> TASK ITEM: From the entries below, transcribe exactly the lines between the line holding "#112=CARTESIAN_POINT('',(18.913606,-50.8,-41.151527));" and the line holding "#161=CARTESIAN_POINT('',(3.071351,-50.8,50.982139));", inclusive; skip all other lines.

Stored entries
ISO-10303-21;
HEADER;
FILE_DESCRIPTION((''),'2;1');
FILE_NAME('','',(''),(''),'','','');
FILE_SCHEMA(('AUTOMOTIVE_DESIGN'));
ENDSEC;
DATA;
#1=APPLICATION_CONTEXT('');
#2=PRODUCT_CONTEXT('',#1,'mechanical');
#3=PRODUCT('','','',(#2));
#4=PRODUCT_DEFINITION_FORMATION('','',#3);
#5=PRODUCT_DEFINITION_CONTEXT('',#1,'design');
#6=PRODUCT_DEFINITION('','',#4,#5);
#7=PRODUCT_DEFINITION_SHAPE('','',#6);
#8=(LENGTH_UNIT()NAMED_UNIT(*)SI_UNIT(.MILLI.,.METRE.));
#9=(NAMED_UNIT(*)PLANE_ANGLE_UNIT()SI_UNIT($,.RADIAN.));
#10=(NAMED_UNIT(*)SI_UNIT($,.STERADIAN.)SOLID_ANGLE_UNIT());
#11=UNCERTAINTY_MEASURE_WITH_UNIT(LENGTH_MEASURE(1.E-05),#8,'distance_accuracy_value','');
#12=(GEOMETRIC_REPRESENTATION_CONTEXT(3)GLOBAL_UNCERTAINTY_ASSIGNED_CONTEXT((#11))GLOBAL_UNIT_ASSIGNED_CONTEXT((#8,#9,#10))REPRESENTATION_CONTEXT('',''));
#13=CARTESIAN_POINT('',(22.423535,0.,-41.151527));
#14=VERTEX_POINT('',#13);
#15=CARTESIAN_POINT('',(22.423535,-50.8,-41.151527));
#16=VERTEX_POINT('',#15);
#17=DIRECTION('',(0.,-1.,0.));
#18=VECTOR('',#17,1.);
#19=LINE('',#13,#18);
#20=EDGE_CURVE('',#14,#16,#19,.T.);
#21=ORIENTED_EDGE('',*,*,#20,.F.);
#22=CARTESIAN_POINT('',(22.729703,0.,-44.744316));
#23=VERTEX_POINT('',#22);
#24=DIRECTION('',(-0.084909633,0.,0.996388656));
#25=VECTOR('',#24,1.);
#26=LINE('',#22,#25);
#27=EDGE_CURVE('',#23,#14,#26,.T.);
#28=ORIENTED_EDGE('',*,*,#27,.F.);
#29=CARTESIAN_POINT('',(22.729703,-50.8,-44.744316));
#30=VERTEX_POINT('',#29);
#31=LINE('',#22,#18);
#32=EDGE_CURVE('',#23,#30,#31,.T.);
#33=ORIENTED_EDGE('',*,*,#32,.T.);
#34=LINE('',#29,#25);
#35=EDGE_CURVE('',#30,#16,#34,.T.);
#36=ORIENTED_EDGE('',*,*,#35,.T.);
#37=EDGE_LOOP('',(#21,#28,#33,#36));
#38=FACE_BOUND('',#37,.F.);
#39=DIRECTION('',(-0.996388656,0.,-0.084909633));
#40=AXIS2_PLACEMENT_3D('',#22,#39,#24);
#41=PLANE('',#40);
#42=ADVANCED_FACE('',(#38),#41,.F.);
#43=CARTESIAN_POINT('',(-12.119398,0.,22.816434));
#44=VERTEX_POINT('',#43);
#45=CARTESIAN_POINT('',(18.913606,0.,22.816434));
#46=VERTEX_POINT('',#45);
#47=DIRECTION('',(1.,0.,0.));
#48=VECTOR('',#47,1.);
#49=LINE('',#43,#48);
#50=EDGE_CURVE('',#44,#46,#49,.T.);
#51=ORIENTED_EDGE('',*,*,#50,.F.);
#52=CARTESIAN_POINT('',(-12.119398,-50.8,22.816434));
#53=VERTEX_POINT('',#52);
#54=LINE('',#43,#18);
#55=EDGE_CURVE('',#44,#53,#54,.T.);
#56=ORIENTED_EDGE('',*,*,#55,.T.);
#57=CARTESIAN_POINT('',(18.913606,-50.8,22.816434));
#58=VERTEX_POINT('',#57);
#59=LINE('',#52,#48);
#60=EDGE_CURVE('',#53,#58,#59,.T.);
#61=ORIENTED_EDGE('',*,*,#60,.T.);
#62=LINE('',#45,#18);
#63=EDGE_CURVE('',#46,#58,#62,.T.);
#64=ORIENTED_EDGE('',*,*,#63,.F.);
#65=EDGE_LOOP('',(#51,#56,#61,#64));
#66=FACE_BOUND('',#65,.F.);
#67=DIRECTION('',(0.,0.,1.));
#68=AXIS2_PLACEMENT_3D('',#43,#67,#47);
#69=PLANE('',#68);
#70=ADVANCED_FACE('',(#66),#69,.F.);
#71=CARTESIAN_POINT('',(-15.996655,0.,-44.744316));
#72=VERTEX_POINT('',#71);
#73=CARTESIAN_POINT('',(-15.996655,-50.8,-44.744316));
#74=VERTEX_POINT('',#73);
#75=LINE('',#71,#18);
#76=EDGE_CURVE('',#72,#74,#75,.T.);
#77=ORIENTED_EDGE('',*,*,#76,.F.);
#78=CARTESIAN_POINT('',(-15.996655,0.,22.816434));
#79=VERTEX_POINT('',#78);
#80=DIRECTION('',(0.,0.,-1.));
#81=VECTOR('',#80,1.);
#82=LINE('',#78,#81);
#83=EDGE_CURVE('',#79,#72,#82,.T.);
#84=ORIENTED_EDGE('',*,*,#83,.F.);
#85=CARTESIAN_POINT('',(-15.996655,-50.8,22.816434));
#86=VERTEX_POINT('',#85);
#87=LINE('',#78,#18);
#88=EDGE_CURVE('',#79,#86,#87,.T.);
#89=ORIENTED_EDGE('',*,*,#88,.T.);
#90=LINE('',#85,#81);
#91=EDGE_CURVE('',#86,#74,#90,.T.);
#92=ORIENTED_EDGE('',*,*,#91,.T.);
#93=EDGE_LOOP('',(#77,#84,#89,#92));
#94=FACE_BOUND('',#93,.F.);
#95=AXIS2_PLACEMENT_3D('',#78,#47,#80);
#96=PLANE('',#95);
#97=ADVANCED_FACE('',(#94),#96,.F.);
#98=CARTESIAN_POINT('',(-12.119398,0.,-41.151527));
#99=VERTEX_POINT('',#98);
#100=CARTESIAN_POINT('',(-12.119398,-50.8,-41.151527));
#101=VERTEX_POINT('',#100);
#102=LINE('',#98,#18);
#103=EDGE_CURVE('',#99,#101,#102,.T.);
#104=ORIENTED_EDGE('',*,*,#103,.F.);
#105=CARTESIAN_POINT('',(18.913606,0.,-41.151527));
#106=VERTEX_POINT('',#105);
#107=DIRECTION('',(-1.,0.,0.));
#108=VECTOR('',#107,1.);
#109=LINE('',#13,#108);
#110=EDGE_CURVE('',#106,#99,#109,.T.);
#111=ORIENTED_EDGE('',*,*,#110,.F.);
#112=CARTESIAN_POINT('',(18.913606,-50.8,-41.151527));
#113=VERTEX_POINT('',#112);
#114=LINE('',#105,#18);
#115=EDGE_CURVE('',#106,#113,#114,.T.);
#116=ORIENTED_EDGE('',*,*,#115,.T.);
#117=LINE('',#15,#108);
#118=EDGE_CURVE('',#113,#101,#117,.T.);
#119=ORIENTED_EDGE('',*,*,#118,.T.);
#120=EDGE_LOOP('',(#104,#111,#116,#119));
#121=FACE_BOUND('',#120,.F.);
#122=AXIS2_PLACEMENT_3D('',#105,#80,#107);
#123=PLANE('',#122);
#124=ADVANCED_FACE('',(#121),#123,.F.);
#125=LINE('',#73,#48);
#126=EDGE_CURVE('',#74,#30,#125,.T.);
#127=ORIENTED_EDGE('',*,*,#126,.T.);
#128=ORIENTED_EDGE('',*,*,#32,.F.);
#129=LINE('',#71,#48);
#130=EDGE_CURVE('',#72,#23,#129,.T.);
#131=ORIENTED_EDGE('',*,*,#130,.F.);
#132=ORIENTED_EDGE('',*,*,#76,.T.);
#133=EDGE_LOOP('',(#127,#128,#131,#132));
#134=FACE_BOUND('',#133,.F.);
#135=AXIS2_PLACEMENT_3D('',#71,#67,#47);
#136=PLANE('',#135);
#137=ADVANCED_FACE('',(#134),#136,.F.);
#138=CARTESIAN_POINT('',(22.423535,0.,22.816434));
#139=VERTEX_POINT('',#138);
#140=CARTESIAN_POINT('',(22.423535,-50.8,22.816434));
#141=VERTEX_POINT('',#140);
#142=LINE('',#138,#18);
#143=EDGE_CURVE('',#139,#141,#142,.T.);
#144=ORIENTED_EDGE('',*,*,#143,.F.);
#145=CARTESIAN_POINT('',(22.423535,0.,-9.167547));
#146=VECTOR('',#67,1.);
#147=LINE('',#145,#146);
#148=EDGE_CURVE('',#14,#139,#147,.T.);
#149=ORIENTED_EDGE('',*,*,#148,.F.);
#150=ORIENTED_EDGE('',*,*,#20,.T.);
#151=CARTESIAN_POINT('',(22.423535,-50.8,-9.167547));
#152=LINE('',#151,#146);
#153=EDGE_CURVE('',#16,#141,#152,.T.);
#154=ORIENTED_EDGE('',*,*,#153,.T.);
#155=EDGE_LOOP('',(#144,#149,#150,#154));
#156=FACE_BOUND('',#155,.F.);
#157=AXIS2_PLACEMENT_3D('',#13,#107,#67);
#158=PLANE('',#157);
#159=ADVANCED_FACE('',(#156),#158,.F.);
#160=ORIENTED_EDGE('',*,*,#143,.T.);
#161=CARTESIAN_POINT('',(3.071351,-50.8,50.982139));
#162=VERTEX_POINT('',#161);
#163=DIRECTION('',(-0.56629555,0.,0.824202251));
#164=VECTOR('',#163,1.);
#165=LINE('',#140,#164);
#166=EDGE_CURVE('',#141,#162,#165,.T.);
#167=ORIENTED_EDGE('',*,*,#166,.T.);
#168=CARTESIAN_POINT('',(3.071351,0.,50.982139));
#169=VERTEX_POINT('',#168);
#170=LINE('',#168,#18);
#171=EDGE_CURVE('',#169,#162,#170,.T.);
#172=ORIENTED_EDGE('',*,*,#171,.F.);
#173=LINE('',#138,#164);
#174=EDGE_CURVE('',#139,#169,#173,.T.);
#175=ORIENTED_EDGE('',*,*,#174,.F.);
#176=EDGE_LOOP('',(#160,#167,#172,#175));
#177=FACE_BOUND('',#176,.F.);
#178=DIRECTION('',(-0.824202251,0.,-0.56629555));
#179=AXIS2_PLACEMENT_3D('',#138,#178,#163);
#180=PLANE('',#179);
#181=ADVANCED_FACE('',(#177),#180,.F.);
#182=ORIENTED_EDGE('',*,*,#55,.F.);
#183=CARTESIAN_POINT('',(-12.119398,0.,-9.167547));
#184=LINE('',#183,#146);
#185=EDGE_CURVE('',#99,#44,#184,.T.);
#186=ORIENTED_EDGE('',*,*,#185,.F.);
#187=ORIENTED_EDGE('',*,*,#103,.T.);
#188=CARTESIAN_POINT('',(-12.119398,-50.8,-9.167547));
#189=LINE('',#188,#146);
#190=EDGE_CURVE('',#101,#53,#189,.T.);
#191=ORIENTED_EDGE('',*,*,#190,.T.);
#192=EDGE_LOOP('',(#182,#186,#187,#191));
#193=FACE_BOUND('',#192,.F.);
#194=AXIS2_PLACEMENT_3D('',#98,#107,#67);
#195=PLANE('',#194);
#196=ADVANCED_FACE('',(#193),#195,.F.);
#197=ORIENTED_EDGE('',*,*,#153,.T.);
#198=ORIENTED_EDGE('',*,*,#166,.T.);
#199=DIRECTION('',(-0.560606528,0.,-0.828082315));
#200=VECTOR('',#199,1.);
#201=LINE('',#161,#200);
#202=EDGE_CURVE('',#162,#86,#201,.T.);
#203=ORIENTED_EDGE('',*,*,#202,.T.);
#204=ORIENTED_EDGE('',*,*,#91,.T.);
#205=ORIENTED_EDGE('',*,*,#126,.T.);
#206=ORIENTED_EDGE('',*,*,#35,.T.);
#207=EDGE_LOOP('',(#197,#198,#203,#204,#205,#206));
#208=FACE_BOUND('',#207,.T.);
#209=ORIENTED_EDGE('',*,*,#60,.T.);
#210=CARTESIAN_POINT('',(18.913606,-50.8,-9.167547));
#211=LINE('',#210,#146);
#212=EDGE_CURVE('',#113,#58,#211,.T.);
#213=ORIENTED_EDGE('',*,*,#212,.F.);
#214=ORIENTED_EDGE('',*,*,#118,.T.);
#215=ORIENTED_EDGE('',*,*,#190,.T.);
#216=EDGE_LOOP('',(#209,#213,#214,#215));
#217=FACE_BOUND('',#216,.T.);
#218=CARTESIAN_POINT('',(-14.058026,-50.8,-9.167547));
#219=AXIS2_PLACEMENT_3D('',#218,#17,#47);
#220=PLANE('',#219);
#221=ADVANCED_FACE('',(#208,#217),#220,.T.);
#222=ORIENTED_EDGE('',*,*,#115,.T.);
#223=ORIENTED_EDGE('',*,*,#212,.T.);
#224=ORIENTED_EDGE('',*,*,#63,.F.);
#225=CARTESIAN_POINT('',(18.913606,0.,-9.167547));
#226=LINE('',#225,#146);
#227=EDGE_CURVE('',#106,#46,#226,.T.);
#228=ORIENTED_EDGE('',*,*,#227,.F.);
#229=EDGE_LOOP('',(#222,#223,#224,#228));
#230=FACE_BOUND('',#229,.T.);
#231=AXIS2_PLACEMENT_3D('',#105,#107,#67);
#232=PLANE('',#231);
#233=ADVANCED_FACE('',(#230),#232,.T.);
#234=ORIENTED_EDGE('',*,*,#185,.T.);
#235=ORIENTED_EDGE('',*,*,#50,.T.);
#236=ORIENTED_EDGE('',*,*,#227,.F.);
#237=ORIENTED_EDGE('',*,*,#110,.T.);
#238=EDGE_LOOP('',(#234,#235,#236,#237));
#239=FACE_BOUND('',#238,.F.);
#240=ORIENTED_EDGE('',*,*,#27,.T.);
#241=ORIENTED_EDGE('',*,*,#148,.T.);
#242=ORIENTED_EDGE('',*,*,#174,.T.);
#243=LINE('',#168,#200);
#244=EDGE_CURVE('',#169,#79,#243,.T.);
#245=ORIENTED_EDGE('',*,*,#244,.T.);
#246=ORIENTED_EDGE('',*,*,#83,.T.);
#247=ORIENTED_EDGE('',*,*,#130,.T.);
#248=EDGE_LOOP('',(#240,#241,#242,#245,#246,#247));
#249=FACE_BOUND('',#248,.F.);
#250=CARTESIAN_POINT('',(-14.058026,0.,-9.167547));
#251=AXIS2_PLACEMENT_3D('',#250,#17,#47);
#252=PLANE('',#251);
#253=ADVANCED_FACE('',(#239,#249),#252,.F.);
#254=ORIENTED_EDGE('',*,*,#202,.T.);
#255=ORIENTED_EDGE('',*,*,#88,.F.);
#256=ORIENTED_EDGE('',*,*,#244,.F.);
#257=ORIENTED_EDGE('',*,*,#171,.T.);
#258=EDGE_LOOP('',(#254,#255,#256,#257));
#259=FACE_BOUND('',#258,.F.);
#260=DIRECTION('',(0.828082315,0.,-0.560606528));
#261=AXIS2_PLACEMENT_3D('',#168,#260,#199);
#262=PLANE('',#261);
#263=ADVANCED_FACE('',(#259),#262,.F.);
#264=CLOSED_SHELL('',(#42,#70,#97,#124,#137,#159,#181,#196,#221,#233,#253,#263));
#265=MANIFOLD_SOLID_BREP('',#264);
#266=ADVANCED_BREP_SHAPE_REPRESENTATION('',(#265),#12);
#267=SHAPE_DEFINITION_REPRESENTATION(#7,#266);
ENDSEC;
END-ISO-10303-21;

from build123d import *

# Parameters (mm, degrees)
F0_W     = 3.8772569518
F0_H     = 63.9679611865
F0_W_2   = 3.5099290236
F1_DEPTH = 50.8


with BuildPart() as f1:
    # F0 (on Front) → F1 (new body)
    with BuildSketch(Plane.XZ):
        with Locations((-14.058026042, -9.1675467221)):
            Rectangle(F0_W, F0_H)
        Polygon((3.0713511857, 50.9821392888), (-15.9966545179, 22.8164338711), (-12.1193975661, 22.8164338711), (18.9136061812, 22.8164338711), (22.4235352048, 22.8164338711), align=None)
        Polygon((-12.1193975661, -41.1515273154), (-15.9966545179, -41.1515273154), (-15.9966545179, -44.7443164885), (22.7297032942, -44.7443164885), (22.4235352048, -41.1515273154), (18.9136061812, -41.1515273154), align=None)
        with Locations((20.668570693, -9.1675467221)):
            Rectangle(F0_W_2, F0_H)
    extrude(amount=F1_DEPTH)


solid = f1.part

> TASK RESULT:
#112=CARTESIAN_POINT('',(18.913606,-50.8,-41.151527));
#113=VERTEX_POINT('',#112);
#114=LINE('',#105,#18);
#115=EDGE_CURVE('',#106,#113,#114,.T.);
#116=ORIENTED_EDGE('',*,*,#115,.T.);
#117=LINE('',#15,#108);
#118=EDGE_CURVE('',#113,#101,#117,.T.);
#119=ORIENTED_EDGE('',*,*,#118,.T.);
#120=EDGE_LOOP('',(#104,#111,#116,#119));
#121=FACE_BOUND('',#120,.F.);
#122=AXIS2_PLACEMENT_3D('',#105,#80,#107);
#123=PLANE('',#122);
#124=ADVANCED_FACE('',(#121),#123,.F.);
#125=LINE('',#73,#48);
#126=EDGE_CURVE('',#74,#30,#125,.T.);
#127=ORIENTED_EDGE('',*,*,#126,.T.);
#128=ORIENTED_EDGE('',*,*,#32,.F.);
#129=LINE('',#71,#48);
#130=EDGE_CURVE('',#72,#23,#129,.T.);
#131=ORIENTED_EDGE('',*,*,#130,.F.);
#132=ORIENTED_EDGE('',*,*,#76,.T.);
#133=EDGE_LOOP('',(#127,#128,#131,#132));
#134=FACE_BOUND('',#133,.F.);
#135=AXIS2_PLACEMENT_3D('',#71,#67,#47);
#136=PLANE('',#135);
#137=ADVANCED_FACE('',(#134),#136,.F.);
#138=CARTESIAN_POINT('',(22.423535,0.,22.816434));
#139=VERTEX_POINT('',#138);
#140=CARTESIAN_POINT('',(22.423535,-50.8,22.816434));
#141=VERTEX_POINT('',#140);
#142=LINE('',#138,#18);
#143=EDGE_CURVE('',#139,#141,#142,.T.);
#144=ORIENTED_EDGE('',*,*,#143,.F.);
#145=CARTESIAN_POINT('',(22.423535,0.,-9.167547));
#146=VECTOR('',#67,1.);
#147=LINE('',#145,#146);
#148=EDGE_CURVE('',#14,#139,#147,.T.);
#149=ORIENTED_EDGE('',*,*,#148,.F.);
#150=ORIENTED_EDGE('',*,*,#20,.T.);
#151=CARTESIAN_POINT('',(22.423535,-50.8,-9.167547));
#152=LINE('',#151,#146);
#153=EDGE_CURVE('',#16,#141,#152,.T.);
#154=ORIENTED_EDGE('',*,*,#153,.T.);
#155=EDGE_LOOP('',(#144,#149,#150,#154));
#156=FACE_BOUND('',#155,.F.);
#157=AXIS2_PLACEMENT_3D('',#13,#107,#67);
#158=PLANE('',#157);
#159=ADVANCED_FACE('',(#156),#158,.F.);
#160=ORIENTED_EDGE('',*,*,#143,.T.);
#161=CARTESIAN_POINT('',(3.071351,-50.8,50.982139));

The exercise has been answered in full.